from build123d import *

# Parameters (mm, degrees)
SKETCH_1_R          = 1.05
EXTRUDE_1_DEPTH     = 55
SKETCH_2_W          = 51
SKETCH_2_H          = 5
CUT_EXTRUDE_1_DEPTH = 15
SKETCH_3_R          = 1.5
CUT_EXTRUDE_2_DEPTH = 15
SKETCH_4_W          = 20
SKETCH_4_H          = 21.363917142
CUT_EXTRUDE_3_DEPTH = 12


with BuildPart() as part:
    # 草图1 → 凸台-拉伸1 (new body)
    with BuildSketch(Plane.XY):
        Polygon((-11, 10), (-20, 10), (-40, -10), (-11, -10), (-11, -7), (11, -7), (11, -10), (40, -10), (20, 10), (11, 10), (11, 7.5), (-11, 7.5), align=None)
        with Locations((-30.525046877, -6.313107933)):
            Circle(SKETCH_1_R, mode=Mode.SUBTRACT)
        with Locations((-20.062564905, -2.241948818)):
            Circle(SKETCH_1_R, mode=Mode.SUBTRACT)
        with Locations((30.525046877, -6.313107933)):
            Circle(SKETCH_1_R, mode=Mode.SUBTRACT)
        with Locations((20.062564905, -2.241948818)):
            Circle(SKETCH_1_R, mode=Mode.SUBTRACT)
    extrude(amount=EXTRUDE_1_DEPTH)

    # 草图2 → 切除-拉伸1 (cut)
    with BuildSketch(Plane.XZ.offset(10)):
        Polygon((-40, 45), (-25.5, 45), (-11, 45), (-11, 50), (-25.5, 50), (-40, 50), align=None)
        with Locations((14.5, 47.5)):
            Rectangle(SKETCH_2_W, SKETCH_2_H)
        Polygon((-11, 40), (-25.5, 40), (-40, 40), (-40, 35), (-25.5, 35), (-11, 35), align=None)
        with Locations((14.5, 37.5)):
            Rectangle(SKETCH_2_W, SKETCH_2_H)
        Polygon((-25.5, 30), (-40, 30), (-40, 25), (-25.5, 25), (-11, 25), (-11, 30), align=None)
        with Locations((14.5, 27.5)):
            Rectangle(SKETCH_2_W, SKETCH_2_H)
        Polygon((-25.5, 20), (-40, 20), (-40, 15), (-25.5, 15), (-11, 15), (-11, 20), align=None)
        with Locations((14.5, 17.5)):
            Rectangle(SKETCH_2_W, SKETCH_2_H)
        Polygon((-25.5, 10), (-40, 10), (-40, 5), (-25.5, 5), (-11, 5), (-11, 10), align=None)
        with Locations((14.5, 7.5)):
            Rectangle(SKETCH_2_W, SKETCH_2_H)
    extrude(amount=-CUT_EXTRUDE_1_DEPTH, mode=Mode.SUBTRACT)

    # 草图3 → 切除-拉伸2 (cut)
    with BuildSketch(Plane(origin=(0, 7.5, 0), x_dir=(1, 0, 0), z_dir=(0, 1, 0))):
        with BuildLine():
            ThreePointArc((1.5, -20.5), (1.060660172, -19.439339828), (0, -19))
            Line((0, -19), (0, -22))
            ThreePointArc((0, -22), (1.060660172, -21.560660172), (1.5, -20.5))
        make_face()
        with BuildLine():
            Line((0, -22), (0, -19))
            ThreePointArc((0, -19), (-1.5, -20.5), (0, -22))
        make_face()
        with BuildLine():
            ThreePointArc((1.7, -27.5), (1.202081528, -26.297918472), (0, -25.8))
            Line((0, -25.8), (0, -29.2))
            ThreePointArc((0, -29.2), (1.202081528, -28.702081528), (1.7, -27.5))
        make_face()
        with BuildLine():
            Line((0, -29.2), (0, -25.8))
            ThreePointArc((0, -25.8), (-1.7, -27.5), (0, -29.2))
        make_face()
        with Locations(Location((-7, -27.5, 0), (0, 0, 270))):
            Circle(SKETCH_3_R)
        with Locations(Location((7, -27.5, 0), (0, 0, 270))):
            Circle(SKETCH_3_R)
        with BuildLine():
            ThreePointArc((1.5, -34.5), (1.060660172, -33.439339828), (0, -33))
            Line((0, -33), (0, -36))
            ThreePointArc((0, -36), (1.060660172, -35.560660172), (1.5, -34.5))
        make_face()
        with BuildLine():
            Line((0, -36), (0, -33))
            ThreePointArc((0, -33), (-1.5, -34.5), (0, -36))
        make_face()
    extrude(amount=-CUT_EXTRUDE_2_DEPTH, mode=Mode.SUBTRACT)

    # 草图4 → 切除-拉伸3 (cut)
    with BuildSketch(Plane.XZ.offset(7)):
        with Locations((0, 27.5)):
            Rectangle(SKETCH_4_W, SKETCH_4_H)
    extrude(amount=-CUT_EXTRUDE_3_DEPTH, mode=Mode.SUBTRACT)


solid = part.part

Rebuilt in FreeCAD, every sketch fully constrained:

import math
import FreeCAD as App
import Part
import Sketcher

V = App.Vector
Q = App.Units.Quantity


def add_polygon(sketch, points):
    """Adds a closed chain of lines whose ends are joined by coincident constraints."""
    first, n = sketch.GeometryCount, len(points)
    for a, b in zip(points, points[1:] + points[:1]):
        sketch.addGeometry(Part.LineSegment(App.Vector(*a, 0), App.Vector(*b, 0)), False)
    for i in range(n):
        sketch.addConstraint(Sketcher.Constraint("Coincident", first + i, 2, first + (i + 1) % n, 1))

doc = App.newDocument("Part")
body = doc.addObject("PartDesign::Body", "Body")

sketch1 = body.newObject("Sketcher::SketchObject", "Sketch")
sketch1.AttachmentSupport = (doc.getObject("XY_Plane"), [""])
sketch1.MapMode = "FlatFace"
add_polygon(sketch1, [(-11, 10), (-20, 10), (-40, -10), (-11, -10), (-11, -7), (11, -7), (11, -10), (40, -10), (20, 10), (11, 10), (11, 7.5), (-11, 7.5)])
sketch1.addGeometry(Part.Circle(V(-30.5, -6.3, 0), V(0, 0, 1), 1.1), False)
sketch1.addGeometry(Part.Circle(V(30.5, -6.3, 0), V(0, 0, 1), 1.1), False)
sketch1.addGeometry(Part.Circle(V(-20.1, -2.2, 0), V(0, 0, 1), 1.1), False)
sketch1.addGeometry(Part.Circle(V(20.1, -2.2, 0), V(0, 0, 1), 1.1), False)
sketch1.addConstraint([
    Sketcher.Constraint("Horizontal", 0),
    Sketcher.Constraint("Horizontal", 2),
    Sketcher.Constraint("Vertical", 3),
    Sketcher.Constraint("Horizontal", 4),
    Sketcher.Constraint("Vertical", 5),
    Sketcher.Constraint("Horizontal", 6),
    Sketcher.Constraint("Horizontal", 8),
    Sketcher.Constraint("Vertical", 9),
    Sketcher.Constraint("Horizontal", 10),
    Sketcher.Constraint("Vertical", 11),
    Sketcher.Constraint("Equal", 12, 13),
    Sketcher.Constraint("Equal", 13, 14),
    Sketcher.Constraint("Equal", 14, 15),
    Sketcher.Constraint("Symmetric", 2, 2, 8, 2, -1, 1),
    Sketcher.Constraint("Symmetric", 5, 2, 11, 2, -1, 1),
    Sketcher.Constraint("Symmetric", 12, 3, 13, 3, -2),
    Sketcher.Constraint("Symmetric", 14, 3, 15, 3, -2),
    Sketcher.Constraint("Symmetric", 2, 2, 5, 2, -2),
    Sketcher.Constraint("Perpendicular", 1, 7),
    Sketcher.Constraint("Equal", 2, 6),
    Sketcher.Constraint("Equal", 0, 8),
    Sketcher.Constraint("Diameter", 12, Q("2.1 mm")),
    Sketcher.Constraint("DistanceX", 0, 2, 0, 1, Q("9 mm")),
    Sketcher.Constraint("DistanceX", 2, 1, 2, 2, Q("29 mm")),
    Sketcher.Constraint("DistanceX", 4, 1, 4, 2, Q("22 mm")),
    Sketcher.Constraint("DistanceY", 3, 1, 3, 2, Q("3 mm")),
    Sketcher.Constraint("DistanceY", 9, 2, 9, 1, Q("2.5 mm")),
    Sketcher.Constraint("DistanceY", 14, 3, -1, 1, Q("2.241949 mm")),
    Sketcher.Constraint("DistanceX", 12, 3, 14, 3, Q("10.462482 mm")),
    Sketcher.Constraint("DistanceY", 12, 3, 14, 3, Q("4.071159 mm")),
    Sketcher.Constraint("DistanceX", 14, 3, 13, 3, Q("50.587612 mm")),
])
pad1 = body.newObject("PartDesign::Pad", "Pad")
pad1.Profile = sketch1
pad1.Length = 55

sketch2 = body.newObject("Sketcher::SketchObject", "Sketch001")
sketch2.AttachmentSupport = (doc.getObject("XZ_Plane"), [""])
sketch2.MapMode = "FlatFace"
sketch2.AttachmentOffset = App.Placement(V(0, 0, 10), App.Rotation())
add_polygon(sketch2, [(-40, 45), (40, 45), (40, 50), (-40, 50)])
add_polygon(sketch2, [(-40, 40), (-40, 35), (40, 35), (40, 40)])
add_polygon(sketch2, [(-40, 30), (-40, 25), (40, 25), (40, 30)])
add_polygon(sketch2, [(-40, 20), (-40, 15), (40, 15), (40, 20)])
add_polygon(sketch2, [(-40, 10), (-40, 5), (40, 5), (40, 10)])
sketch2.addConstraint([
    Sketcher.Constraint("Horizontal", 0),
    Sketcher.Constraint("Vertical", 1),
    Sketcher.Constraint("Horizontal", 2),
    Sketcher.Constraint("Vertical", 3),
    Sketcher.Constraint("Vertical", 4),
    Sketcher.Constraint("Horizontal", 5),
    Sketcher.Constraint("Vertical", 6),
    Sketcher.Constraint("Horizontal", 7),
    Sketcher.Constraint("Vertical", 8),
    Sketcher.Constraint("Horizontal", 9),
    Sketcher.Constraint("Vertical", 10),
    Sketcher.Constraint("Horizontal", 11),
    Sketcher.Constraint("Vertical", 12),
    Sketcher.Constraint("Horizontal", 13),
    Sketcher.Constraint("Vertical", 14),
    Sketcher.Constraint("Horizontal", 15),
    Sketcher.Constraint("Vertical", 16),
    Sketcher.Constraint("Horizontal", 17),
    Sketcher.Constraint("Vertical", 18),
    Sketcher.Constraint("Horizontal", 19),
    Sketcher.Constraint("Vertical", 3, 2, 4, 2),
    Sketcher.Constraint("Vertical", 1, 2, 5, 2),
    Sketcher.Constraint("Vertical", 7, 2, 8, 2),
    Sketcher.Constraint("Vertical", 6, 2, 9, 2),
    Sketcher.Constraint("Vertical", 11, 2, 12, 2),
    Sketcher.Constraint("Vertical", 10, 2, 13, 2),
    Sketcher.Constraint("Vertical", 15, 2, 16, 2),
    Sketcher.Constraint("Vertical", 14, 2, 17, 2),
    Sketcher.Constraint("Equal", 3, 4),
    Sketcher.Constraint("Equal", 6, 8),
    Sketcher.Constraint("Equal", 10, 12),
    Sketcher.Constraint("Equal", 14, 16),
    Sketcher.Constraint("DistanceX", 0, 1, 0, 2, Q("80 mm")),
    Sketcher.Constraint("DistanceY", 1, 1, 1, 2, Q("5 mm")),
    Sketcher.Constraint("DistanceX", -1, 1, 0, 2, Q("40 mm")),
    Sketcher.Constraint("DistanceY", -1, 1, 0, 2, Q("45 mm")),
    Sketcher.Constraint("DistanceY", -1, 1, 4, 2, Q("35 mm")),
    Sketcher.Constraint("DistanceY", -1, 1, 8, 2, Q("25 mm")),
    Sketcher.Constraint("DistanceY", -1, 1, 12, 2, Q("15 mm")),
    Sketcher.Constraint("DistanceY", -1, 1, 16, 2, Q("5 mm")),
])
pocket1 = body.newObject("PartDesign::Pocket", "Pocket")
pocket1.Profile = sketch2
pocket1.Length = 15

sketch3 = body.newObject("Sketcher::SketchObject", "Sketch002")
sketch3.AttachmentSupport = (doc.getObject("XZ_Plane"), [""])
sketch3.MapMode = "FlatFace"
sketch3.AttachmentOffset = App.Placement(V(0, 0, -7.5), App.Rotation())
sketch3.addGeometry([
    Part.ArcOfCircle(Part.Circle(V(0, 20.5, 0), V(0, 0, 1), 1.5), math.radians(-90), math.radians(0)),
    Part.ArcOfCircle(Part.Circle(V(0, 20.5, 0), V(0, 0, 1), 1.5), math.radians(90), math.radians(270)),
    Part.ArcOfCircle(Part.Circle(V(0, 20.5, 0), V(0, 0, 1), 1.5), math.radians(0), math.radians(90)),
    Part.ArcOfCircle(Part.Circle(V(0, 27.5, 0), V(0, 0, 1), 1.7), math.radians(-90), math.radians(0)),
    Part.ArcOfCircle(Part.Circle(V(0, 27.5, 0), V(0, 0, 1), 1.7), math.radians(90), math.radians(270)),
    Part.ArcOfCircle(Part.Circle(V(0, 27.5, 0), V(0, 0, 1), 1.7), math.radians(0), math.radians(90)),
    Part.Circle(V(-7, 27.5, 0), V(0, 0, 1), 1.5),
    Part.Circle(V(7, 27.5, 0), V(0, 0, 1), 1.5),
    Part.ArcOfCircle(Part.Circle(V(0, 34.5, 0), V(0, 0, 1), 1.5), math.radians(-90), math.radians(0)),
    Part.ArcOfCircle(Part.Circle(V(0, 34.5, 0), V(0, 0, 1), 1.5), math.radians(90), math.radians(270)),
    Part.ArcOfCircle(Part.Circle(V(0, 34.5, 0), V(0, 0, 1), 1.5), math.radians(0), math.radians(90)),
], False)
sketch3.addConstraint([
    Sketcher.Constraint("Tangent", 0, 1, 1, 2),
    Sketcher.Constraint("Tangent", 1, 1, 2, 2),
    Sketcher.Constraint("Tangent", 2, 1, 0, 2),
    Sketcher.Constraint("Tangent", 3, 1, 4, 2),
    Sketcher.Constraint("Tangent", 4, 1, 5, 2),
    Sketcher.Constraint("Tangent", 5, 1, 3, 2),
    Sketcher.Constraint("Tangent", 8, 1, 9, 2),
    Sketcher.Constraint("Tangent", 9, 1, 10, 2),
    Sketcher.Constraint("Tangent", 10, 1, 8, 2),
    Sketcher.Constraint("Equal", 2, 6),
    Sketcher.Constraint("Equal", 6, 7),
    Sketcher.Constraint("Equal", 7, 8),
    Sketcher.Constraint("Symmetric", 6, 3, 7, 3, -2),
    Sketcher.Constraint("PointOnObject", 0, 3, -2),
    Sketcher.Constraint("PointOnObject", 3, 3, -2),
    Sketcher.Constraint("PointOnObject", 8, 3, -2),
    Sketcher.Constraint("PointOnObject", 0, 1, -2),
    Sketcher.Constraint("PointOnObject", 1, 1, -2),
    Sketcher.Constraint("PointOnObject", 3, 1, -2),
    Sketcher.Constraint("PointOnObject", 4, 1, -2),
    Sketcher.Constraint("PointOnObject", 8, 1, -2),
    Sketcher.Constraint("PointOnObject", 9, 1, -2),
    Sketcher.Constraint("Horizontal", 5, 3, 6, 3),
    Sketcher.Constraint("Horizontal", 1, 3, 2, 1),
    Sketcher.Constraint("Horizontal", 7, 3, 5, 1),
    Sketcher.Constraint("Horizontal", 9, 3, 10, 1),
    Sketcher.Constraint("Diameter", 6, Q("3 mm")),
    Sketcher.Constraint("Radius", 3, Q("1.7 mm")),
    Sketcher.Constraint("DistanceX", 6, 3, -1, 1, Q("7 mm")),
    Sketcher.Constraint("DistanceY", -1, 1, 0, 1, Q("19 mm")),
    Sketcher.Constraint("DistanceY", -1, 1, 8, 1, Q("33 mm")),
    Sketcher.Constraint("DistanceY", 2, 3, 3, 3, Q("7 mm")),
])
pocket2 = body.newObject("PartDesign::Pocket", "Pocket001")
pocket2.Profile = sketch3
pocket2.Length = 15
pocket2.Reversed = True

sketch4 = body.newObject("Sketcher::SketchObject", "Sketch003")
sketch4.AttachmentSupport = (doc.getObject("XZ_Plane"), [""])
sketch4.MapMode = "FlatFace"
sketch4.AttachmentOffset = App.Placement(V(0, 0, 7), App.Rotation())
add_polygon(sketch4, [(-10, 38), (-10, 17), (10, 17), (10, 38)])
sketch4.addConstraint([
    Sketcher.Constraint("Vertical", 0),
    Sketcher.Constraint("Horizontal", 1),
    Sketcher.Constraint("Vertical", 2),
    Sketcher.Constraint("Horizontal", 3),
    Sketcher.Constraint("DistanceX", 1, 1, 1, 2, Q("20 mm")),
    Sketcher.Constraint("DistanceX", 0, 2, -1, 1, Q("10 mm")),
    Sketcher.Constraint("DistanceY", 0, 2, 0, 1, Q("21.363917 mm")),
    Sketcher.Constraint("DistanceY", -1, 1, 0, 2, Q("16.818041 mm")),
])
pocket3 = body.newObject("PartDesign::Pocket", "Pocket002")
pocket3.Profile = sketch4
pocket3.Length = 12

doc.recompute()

_ACTIVITY:_
Would you please repeat exactly the lines above, starting at the line with "Line((0, -29.2), (0, -25.8))" and stopping at the line with "Rebuilt in FreeCAD, every", both included?

_ANSWER BOX:_
            Line((0, -29.2), (0, -25.8))
            ThreePointArc((0, -25.8), (-1.7, -27.5), (0, -29.2))
        make_face()
        with Locations(Location((-7, -27.5, 0), (0, 0, 270))):
            Circle(SKETCH_3_R)
        with Locations(Location((7, -27.5, 0), (0, 0, 270))):
            Circle(SKETCH_3_R)
        with BuildLine():
            ThreePointArc((1.5, -34.5), (1.060660172, -33.439339828), (0, -33))
            Line((0, -33), (0, -36))
            ThreePointArc((0, -36), (1.060660172, -35.560660172), (1.5, -34.5))
        make_face()
        with BuildLine():
            Line((0, -36), (0, -33))
            ThreePointArc((0, -33), (-1.5, -34.5), (0, -36))
        make_face()
    extrude(amount=-CUT_EXTRUDE_2_DEPTH, mode=Mode.SUBTRACT)

    # 草图4 → 切除-拉伸3 (cut)
    with BuildSketch(Plane.XZ.offset(7)):
        with Locations((0, 27.5)):
            Rectangle(SKETCH_4_W, SKETCH_4_H)
    extrude(amount=-CUT_EXTRUDE_3_DEPTH, mode=Mode.SUBTRACT)


solid = part.part

Rebuilt in FreeCAD, every sketch fully constrained:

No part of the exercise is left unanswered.